When you need to represent the number “100,” you have to carry over to a third column, the “hundreds” column. (The concept of “carrying over” is now often termed “regrouping.”)

1. Write down the decimal number.

2. Subtract the largest number from the binary table that is the same or less. (When you subtract, you cannot have a negative number.)

3. Mark a 1 in the column on the table for the power of 2 you subtracted.

4. Mark an 0 in the columns that could not be subtracted and were skipped.

5. Repeat steps 2 to 4 until your decimal value reaches zero.

6. Note: Use leading 0’s on the left to make a byte (8 bits).

**Example 1: Convert 21 to binary.**

2^7 | 2^6 | 2^5 | 2^4 | 2^3 | 2^2 | 2^1 | 2^0 |
---|---|---|---|---|---|---|---|

128 | 64 | 32 | 16 | 8 | 4 | 2 | 1 |

Starting from the left-most column, the first number you can subtract without having a negative result is 16.

Place a 0 in each column to the left of 2^4 and a 1 in the column for 2^4.

*21-16=5*Take the number remaining after subtracting and find the next number in the table that can be subtracted without resulting in a negative number.

You cannot subtract 8, so place a 0 in the 2^3 column.

You can subtract 4, so place a 1 in the 2^2 column.

*5-4=1*The result is now 1, so place a 0 in the 2^1 column and 1 in the 2^0 column.

Answer: 2110 = 000101012

The subscript 10 means base 10 (decimal) and the subscript 2 means base 2 (binary).

2^7 | 2^6 | 2^5 | 2^4 | 2^3 | 2^2 | 2^1 | 2^0 |
---|---|---|---|---|---|---|---|

128 | 64 | 32 | 16 | 8 | 4 | 2 | 1 |

0 | 0 | 0 | 1 | 0 | 1 | 0 | 1 |

1.Write the binary table as we did in the examples above with each bit of the binary number in the appropriate column.

2. For columns that have a 1 in them, add the values of the power of 2. (You are multiplying 0 or 1 times the value of the power of 2 in each column.)

3. The total of all columns with a 1 in them equals the decimal value equivalent.

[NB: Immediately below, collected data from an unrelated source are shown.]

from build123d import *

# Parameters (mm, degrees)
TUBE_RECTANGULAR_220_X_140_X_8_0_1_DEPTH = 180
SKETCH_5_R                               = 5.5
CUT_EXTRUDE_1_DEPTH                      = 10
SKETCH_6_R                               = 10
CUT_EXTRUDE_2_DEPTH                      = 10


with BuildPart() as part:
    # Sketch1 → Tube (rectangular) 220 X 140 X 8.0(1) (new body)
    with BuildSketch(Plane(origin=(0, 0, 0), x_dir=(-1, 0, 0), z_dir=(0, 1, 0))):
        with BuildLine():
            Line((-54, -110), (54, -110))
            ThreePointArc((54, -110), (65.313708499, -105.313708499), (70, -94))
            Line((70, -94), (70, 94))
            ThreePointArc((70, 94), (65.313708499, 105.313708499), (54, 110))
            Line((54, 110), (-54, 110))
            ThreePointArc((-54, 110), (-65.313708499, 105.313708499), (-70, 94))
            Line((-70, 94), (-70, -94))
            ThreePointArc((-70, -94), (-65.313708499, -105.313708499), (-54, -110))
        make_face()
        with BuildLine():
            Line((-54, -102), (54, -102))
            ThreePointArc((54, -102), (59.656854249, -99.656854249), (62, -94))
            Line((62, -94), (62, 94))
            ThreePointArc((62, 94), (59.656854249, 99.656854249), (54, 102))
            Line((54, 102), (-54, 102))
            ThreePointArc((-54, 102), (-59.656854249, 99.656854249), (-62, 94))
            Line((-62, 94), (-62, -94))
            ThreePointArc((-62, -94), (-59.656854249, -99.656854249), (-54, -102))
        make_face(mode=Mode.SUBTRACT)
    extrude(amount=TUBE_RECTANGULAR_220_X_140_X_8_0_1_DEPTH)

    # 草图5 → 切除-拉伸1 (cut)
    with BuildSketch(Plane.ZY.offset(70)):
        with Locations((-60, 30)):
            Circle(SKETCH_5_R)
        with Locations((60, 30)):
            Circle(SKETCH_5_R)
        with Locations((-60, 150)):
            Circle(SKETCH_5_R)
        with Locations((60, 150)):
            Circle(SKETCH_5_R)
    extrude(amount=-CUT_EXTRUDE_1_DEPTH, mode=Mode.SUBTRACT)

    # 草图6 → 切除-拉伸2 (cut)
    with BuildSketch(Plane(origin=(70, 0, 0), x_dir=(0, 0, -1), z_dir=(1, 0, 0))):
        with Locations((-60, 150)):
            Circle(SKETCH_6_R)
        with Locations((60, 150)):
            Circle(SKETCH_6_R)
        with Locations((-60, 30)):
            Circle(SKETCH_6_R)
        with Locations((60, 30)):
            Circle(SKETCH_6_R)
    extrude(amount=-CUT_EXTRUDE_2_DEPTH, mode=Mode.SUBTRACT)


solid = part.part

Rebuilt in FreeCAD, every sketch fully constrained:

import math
import FreeCAD as App
import Part
import Sketcher
from FreeCAD import Vector
Q = App.Units.Quantity

doc = App.newDocument("Part")
body = doc.addObject("PartDesign::Body", "Body")

sketch1 = body.newObject("Sketcher::SketchObject", "Sketch")
sketch1.AttachmentSupport = (doc.getObject("XZ_Plane"), [""])
sketch1.MapMode = "FlatFace"
sketch1.addGeometry([
    Part.LineSegment(Vector(54, -110, 0), Vector(-54, -110, 0)),
    Part.ArcOfCircle(Part.Circle(Vector(-54, -94, 0), Vector(0, 0, 1), 16), math.radians(180), math.radians(270)),
    Part.LineSegment(Vector(-70, -94, 0), Vector(-70, 94, 0)),
    Part.ArcOfCircle(Part.Circle(Vector(-54, 94, 0), Vector(0, 0, 1), 16), math.radians(90), math.radians(180)),
    Part.LineSegment(Vector(-54, 110, 0), Vector(54, 110, 0)),
    Part.ArcOfCircle(Part.Circle(Vector(54, 94, 0), Vector(0, 0, 1), 16), math.radians(0), math.radians(90)),
    Part.LineSegment(Vector(70, 94, 0), Vector(70, -94, 0)),
    Part.ArcOfCircle(Part.Circle(Vector(54, -94, 0), Vector(0, 0, 1), 16), math.radians(-90), math.radians(0)),
    Part.LineSegment(Vector(-54, -102, 0), Vector(54, -102, 0)),
    Part.ArcOfCircle(Part.Circle(Vector(54, -94, 0), Vector(0, 0, 1), 8), math.radians(-90), math.radians(0)),
    Part.LineSegment(Vector(62, -94, 0), Vector(62, 94, 0)),
    Part.ArcOfCircle(Part.Circle(Vector(54, 94, 0), Vector(0, 0, 1), 8), math.radians(0), math.radians(90)),
    Part.LineSegment(Vector(54, 102, 0), Vector(-54, 102, 0)),
    Part.ArcOfCircle(Part.Circle(Vector(-54, 94, 0), Vector(0, 0, 1), 8), math.radians(90), math.radians(180)),
    Part.LineSegment(Vector(-62, 94, 0), Vector(-62, -94, 0)),
    Part.ArcOfCircle(Part.Circle(Vector(-54, -94, 0), Vector(0, 0, 1), 8), math.radians(-180), math.radians(-90)),
], False)
sketch1.addConstraint([
    Sketcher.Constraint("Tangent", 0, 2, 1, 2),
    Sketcher.Constraint("Tangent", 1, 1, 2, 1),
    Sketcher.Constraint("Tangent", 2, 2, 3, 2),
    Sketcher.Constraint("Tangent", 3, 1, 4, 1),
    Sketcher.Constraint("Tangent", 4, 2, 5, 2),
    Sketcher.Constraint("Tangent", 5, 1, 6, 1),
    Sketcher.Constraint("Tangent", 6, 2, 7, 2),
    Sketcher.Constraint("Tangent", 7, 1, 0, 1),
    Sketcher.Constraint("Tangent", 8, 2, 9, 1),
    Sketcher.Constraint("Tangent", 9, 2, 10, 1),
    Sketcher.Constraint("Tangent", 10, 2, 11, 1),
    Sketcher.Constraint("Tangent", 11, 2, 12, 1),
    Sketcher.Constraint("Tangent", 12, 2, 13, 1),
    Sketcher.Constraint("Tangent", 13, 2, 14, 1),
    Sketcher.Constraint("Tangent", 14, 2, 15, 1),
    Sketcher.Constraint("Tangent", 15, 2, 8, 1),
    Sketcher.Constraint("Horizontal", 0),
    Sketcher.Constraint("Vertical", 2),
    Sketcher.Constraint("Horizontal", 4),
    Sketcher.Constraint("Vertical", 6),
    Sketcher.Constraint("Horizontal", 8),
    Sketcher.Constraint("Vertical", 10),
    Sketcher.Constraint("Horizontal", 12),
    Sketcher.Constraint("Vertical", 14),
    Sketcher.Constraint("Coincident", 9, 3, 7, 3),
    Sketcher.Constraint("Coincident", 11, 3, 5, 3),
    Sketcher.Constraint("Coincident", 13, 3, 3, 3),
    Sketcher.Constraint("Equal", 1, 3),
    Sketcher.Constraint("Equal", 3, 5),
    Sketcher.Constraint("Equal", 5, 7),
    Sketcher.Constraint("Equal", 13, 15),
    Sketcher.Constraint("Symmetric", 1, 3, 5, 3, -1, 1),
    Sketcher.Constraint("Radius", 1, Q("16 mm")),
    Sketcher.Constraint("Radius", 9, Q("8 mm")),
    Sketcher.Constraint("DistanceX", 0, 2, 0, 1, Q("108 mm")),
    Sketcher.Constraint("DistanceY", 2, 1, 2, 2, Q("188 mm")),
])
pad1 = body.newObject("PartDesign::Pad", "Pad")
pad1.Profile = sketch1
pad1.Length = 180
pad1.Reversed = True

sketch2 = body.newObject("Sketcher::SketchObject", "Sketch001")
sketch2.AttachmentSupport = (doc.getObject("YZ_Plane"), [""])
sketch2.MapMode = "FlatFace"
sketch2.AttachmentOffset = App.Placement(Vector(0, 0, -70), App.Rotation())
sketch2.addGeometry([
    Part.Circle(Vector(30, -60, 0), Vector(0, 0, 1), 5.5),
    Part.Circle(Vector(30, 60, 0), Vector(0, 0, 1), 5.5),
    Part.Circle(Vector(150, -60, 0), Vector(0, 0, 1), 5.5),
    Part.Circle(Vector(150, 60, 0), Vector(0, 0, 1), 5.5),
], False)
sketch2.addConstraint([
    Sketcher.Constraint("Equal", 0, 1),
    Sketcher.Constraint("Equal", 1, 2),
    Sketcher.Constraint("Equal", 2, 3),
    Sketcher.Constraint("Symmetric", 0, 3, 1, 3, -1),
    Sketcher.Constraint("Symmetric", 2, 3, 3, 3, -1),
    Sketcher.Constraint("Horizontal", 0, 3, 2, 3),
    Sketcher.Constraint("Diameter", 0, Q("11 mm")),
    Sketcher.Constraint("DistanceX", -1, 1, 0, 3, Q("30 mm")),
    Sketcher.Constraint("DistanceY", 0, 3, -1, 1, Q("60 mm")),
    Sketcher.Constraint("DistanceX", -1, 1, 2, 3, Q("150 mm")),
])
pocket1 = body.newObject("PartDesign::Pocket", "Pocket")
pocket1.Profile = sketch2
pocket1.Length = 10
pocket1.Reversed = True

sketch3 = body.newObject("Sketcher::SketchObject", "Sketch002")
sketch3.AttachmentSupport = (doc.getObject("YZ_Plane"), [""])
sketch3.MapMode = "FlatFace"
sketch3.AttachmentOffset = App.Placement(Vector(0, 0, 70), App.Rotation())
sketch3.addGeometry([
    Part.Circle(Vector(150, 60, 0), Vector(0, 0, 1), 10),
    Part.Circle(Vector(150, -60, 0), Vector(0, 0, 1), 10),
    Part.Circle(Vector(30, 60, 0), Vector(0, 0, 1), 10),
    Part.Circle(Vector(30, -60, 0), Vector(0, 0, 1), 10),
], False)
sketch3.addConstraint([
    Sketcher.Constraint("Equal", 0, 1),
    Sketcher.Constraint("Equal", 1, 2),
    Sketcher.Constraint("Equal", 2, 3),
    Sketcher.Constraint("Symmetric", 0, 3, 1, 3, -1),
    Sketcher.Constraint("Symmetric", 2, 3, 3, 3, -1),
    Sketcher.Constraint("Horizontal", 0, 3, 2, 3),
    Sketcher.Constraint("Diameter", 0, Q("20 mm")),
    Sketcher.Constraint("DistanceX", -1, 1, 0, 3, Q("150 mm")),
    Sketcher.Constraint("DistanceY", -1, 1, 0, 3, Q("60 mm")),
    Sketcher.Constraint("DistanceX", -1, 1, 2, 3, Q("30 mm")),
])
pocket2 = body.newObject("PartDesign::Pocket", "Pocket001")
pocket2.Profile = sketch3
pocket2.Length = 10

doc.recompute()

Example 1: Convert 00011011 to decimal.

2^7 | 2^6 | 2^5 | 2^4 | 2^3 | 2^2 | 2^1 | 2^0 |
---|---|---|---|---|---|---|---|

128 | 64 | 32 | 16 | 8 | 4 | 2 | 1 |

0 | 0 | 0 | 1 | 0 | 1 | 0 | 1 |

0 * 128+ | 0 * 64+ | 0 * 32+ | 0 * 16+ | 0 * 8+ | 0 * 4+ | 1 * 2+ | 1*1 = |

*16 + 8 + 2 + 1 = 27*

In addition to the numbers we just reviewed, binary numbers can also represent letters for text fields.

Each letter has a binary value mapped to it.

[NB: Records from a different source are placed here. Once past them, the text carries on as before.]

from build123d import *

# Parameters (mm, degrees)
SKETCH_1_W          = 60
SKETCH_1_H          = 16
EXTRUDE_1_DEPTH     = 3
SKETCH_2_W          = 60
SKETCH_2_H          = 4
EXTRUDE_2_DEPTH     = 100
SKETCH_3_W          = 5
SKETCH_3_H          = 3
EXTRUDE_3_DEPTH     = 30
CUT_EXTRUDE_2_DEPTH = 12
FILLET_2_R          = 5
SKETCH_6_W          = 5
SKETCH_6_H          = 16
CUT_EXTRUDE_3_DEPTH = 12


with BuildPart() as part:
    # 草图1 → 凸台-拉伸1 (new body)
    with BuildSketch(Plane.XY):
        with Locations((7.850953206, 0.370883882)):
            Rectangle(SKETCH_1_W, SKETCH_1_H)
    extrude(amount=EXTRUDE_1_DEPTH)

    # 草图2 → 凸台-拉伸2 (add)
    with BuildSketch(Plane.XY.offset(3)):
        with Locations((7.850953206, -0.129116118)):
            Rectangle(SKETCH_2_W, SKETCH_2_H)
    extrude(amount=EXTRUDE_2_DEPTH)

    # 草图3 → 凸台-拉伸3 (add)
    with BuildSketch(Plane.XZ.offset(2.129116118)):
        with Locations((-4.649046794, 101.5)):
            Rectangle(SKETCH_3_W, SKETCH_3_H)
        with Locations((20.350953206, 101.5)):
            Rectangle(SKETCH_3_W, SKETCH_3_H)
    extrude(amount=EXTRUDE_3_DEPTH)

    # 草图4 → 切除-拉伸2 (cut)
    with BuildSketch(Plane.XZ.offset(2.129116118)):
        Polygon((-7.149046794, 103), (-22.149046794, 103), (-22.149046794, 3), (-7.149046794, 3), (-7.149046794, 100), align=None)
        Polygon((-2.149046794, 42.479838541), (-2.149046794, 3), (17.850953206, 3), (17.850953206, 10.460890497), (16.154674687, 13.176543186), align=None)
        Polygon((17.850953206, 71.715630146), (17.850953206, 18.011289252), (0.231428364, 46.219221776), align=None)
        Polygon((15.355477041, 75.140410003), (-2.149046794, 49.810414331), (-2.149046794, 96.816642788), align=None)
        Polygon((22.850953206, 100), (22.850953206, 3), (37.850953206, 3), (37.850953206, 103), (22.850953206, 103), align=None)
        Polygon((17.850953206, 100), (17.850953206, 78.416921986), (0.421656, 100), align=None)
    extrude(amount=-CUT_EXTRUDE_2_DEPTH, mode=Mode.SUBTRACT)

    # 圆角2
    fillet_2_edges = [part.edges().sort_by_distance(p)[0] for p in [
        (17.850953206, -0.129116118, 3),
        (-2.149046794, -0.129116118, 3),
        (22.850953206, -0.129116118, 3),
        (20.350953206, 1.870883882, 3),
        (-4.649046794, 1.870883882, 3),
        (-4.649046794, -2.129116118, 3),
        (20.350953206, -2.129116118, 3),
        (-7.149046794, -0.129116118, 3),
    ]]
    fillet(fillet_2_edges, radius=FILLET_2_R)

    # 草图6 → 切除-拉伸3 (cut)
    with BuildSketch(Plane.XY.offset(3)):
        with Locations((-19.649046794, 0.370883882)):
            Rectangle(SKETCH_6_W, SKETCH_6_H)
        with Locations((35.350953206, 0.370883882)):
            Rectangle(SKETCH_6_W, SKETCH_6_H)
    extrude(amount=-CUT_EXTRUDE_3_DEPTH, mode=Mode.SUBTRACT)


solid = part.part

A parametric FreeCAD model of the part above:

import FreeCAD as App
import Part
import Sketcher

V = App.Vector


def edges_at(feature, points):
    """Names of the edges that pass closest to the given points."""
    edges = feature.Shape.Edges
    near = lambda p: min(range(len(edges)), key=lambda i: edges[i].distToShape(Part.Vertex(*p))[0])
    return sorted({f"Edge{near(p) + 1}" for p in points})

doc = App.newDocument("Part")
body = doc.addObject("PartDesign::Body", "Body")

# Sketch on XY plane
sketch1 = body.newObject("Sketcher::SketchObject", "Sketch")
sketch1.AttachmentSupport = (doc.getObject("XY_Plane"), [""])
sketch1.MapMode = "FlatFace"
sketch1.addGeometry(Part.LineSegment(V(-22.149047, 8.370884, 0), V(-22.149047, -7.629116, 0)), False)
sketch1.addGeometry(Part.LineSegment(V(-22.149047, -7.629116, 0), V(37.850953, -7.629116, 0)), False)
sketch1.addGeometry(Part.LineSegment(V(37.850953, -7.629116, 0), V(37.850953, 8.370884, 0)), False)
sketch1.addGeometry(Part.LineSegment(V(37.850953, 8.370884, 0), V(-22.149047, 8.370884, 0)), False)
sketch1.addConstraint(Sketcher.Constraint("Coincident", 0, 2, 1, 1))
sketch1.addConstraint(Sketcher.Constraint("Coincident", 1, 2, 2, 1))
sketch1.addConstraint(Sketcher.Constraint("Coincident", 2, 2, 3, 1))
sketch1.addConstraint(Sketcher.Constraint("Coincident", 3, 2, 0, 1))
sketch1.addConstraint(Sketcher.Constraint("Vertical", 0))
sketch1.addConstraint(Sketcher.Constraint("Horizontal", 1))
sketch1.addConstraint(Sketcher.Constraint("Vertical", 2))
sketch1.addConstraint(Sketcher.Constraint("Horizontal", 3))
sketch1.addConstraint(Sketcher.Constraint("DistanceX", 1, 1, 1, 2, 60.0))
sketch1.addConstraint(Sketcher.Constraint("DistanceY", 0, 2, 0, 1, 16.0))
sketch1.addConstraint(Sketcher.Constraint("DistanceX", 0, 2, -1, 1, 22.149047))
sketch1.addConstraint(Sketcher.Constraint("DistanceY", 0, 2, -1, 1, 7.629116))
pad1 = body.newObject("PartDesign::Pad", "Pad")
pad1.Profile = sketch1
pad1.Length = 3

The software for the particular application knows when it sees a binary number whether it is looking for a number or a letter and interprets it accordingly.

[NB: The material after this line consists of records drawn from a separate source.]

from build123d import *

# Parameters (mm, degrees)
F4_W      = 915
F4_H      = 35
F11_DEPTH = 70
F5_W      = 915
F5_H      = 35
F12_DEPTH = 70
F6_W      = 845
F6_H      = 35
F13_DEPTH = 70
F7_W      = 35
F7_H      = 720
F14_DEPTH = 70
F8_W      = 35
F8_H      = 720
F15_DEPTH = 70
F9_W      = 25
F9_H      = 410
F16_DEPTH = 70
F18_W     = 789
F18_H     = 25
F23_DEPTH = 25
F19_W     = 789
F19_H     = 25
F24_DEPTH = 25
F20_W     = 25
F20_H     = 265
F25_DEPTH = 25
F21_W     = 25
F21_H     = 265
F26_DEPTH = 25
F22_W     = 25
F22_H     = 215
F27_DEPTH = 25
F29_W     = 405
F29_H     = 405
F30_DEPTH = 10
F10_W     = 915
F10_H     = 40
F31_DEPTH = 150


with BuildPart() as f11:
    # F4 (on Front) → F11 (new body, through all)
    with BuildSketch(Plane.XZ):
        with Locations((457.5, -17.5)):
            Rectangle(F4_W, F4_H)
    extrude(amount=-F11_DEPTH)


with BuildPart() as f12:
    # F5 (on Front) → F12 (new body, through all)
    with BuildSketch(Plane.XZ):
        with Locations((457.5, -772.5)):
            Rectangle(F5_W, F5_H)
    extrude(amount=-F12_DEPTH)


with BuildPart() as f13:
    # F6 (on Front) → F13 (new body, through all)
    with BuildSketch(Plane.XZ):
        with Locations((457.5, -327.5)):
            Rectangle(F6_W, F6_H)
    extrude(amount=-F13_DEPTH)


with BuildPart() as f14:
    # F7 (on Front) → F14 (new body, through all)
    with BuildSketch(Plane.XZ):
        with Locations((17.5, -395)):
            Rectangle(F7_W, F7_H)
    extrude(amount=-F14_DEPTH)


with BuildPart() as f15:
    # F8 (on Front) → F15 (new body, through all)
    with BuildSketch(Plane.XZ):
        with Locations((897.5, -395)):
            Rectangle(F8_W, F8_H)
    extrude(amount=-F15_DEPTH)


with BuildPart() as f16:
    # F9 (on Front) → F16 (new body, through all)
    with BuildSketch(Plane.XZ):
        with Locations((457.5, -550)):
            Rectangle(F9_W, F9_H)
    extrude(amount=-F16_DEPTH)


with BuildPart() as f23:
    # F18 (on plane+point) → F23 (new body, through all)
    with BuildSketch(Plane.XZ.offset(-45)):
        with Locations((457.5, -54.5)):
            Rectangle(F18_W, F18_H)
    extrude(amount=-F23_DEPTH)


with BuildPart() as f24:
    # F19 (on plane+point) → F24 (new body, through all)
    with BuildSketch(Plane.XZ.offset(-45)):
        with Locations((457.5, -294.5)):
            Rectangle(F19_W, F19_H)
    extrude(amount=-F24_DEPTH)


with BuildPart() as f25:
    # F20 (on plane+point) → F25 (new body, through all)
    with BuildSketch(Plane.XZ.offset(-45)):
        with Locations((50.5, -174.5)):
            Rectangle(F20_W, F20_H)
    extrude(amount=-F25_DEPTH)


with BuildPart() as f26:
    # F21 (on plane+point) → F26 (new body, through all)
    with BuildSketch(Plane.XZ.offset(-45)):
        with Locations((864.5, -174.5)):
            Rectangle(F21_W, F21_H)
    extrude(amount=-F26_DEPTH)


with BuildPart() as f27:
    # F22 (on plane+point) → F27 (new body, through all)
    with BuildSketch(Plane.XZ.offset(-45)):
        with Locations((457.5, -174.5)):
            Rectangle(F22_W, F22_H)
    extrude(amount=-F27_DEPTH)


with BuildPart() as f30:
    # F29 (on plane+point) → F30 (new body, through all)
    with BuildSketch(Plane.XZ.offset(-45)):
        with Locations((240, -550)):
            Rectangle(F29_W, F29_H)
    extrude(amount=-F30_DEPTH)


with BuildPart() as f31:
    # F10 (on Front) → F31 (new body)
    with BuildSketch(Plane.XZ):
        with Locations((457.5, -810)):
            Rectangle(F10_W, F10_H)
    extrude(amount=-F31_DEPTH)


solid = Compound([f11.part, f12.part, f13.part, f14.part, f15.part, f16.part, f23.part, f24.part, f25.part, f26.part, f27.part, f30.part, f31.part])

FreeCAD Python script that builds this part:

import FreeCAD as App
import Part
import Sketcher
from FreeCAD import Vector

doc = App.newDocument("Part")
body = doc.addObject("PartDesign::Body", "Body")

# Sketch on XZ plane
sketch1 = body.newObject("Sketcher::SketchObject", "Sketch")
sketch1.AttachmentSupport = (doc.getObject("XZ_Plane"), [""])
sketch1.MapMode = "FlatFace"
sketch1.addGeometry(Part.LineSegment(Vector(0, 0, 0), Vector(0, -35, 0)), False)
sketch1.addGeometry(Part.LineSegment(Vector(0, -35, 0), Vector(915, -35, 0)), False)
sketch1.addGeometry(Part.LineSegment(Vector(915, -35, 0), Vector(915, 0, 0)), False)
sketch1.addGeometry(Part.LineSegment(Vector(915, 0, 0), Vector(0, 0, 0)), False)
sketch1.addConstraint(Sketcher.Constraint("Coincident", 0, 2, 1, 1))
sketch1.addConstraint(Sketcher.Constraint("Coincident", 1, 2, 2, 1))
sketch1.addConstraint(Sketcher.Constraint("Coincident", 2, 2, 3, 1))
sketch1.addConstraint(Sketcher.Constraint("Coincident", 3, 2, 0, 1))
sketch1.addConstraint(Sketcher.Constraint("Vertical", 0))
sketch1.addConstraint(Sketcher.Constraint("Horizontal", 1))
sketch1.addConstraint(Sketcher.Constraint("Vertical", 2))
sketch1.addConstraint(Sketcher.Constraint("Horizontal", 3))
sketch1.addConstraint(Sketcher.Constraint("Coincident", 3, 2, -1, 1))
sketch1.addConstraint(Sketcher.Constraint("DistanceX", 1, 1, 1, 2, 915.0))
sketch1.addConstraint(Sketcher.Constraint("DistanceY", 0, 2, 0, 1, 35.0))
pad1 = body.newObject("PartDesign::Pad", "Pad")
pad1.Profile = sketch1
pad1.Length = 70
pad1.Reversed = True
body2 = doc.addObject("PartDesign::Body", "Body001")

# Sketch on XZ plane
sketch2 = body2.newObject("Sketcher::SketchObject", "Sketch001")
sketch2.AttachmentSupport = (doc.getObject("XZ_Plane001"), [""])
sketch2.MapMode = "FlatFace"
sketch2.addGeometry(Part.LineSegment(Vector(0, -755, 0), Vector(0, -790, 0)), False)
sketch2.addGeometry(Part.LineSegment(Vector(0, -790, 0), Vector(915, -790, 0)), False)
sketch2.addGeometry(Part.LineSegment(Vector(915, -790, 0), Vector(915, -755, 0)), False)
sketch2.addGeometry(Part.LineSegment(Vector(915, -755, 0), Vector(0, -755, 0)), False)
sketch2.addConstraint(Sketcher.Constraint("Coincident", 0, 2, 1, 1))
sketch2.addConstraint(Sketcher.Constraint("Coincident", 1, 2, 2, 1))
sketch2.addConstraint(Sketcher.Constraint("Coincident", 2, 2, 3, 1))
sketch2.addConstraint(Sketcher.Constraint("Coincident", 3, 2, 0, 1))
sketch2.addConstraint(Sketcher.Constraint("Vertical", 0))
sketch2.addConstraint(Sketcher.Constraint("Horizontal", 1))
sketch2.addConstraint(Sketcher.Constraint("Vertical", 2))
sketch2.addConstraint(Sketcher.Constraint("Horizontal", 3))
sketch2.addConstraint(Sketcher.Constraint("PointOnObject", 0, 2, -2))
sketch2.addConstraint(Sketcher.Constraint("DistanceX", 1, 1, 1, 2, 915.0))
sketch2.addConstraint(Sketcher.Constraint("DistanceY", 0, 2, 0, 1, 35.0))
sketch2.addConstraint(Sketcher.Constraint("DistanceY", 0, 2, -1, 1, 790.0))
pad2 = body2.newObject("PartDesign::Pad", "Pad001")
pad2.Profile = sketch2
pad2.Length = 70
pad2.Reversed = True
body3 = doc.addObject("PartDesign::Body", "Body002")

# Sketch on XZ plane
sketch3 = body3.newObject("Sketcher::SketchObject", "Sketch002")
sketch3.AttachmentSupport = (doc.getObject("XZ_Plane002"), [""])
sketch3.MapMode = "FlatFace"
sketch3.addGeometry(Part.LineSegment(Vector(35, -310, 0), Vector(35, -345, 0)), False)
sketch3.addGeometry(Part.LineSegment(Vector(35, -345, 0), Vector(880, -345, 0)), False)
sketch3.addGeometry(Part.LineSegment(Vector(880, -345, 0), Vector(880, -310, 0)), False)
sketch3.addGeometry(Part.LineSegment(Vector(880, -310, 0), Vector(35, -310, 0)), False)
sketch3.addConstraint(Sketcher.Constraint("Coincident", 0, 2, 1, 1))
sketch3.addConstraint(Sketcher.Constraint("Coincident", 1, 2, 2, 1))
sketch3.addConstraint(Sketcher.Constraint("Coincident", 2, 2, 3, 1))
sketch3.addConstraint(Sketcher.Constraint("Coincident", 3, 2, 0, 1))
sketch3.addConstraint(Sketcher.Constraint("Vertical", 0))
sketch3.addConstraint(Sketcher.Constraint("Horizontal", 1))
sketch3.addConstraint(Sketcher.Constraint("Vertical", 2))
sketch3.addConstraint(Sketcher.Constraint("Horizontal", 3))
sketch3.addConstraint(Sketcher.Constraint("DistanceX", 1, 1, 1, 2, 845.0))
sketch3.addConstraint(Sketcher.Constraint("DistanceY", 0, 2, 0, 1, 35.0))
sketch3.addConstraint(Sketcher.Constraint("DistanceX", -1, 1, 0, 2, 35.0))
sketch3.addConstraint(Sketcher.Constraint("DistanceY", 0, 2, -1, 1, 345.0))
pad3 = body3.newObject("PartDesign::Pad", "Pad002")
pad3.Profile = sketch3
pad3.Length = 70
pad3.Reversed = True
body4 = doc.addObject("PartDesign::Body", "Body003")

Binary numbers are also used to represent colors.

The human eye primarily detects red, green, and blue.

Other colors are a combination of these three colors in different amounts.

Computer monitors work the same way and add differing amounts of red, green, and blue to create the colors that are displayed.

**Color Chart Examples**

Color Name | RGB |
---|---|

Blue | (0,0,255) |

Silver | (192,192,192) |

Purple | (128,0,128) |

Ruby | (224,17,95) |

Emerald | (80,200,125) |

Black | (0,0,0) |

White | (255,255,255) |

The software program takes in the binary value and interprets it as a color, text value, or number, based on what the program is expecting.

If we simply had a binary number: 00101001, we would not know what it represented.

It could be a number, text, color, instruction, or other representation.

However, the software using it knows what it is and how to interpret it.

Overflow errors occur in computers when the integer to be represented needs more bits than the programming language can represent.

A fixed number of bits are assigned to hold integers in many programming languages.

When the limit is reached, an overflow error occurs.

Rounding errors occur because of the way numbers with decimal points are stored in the computer.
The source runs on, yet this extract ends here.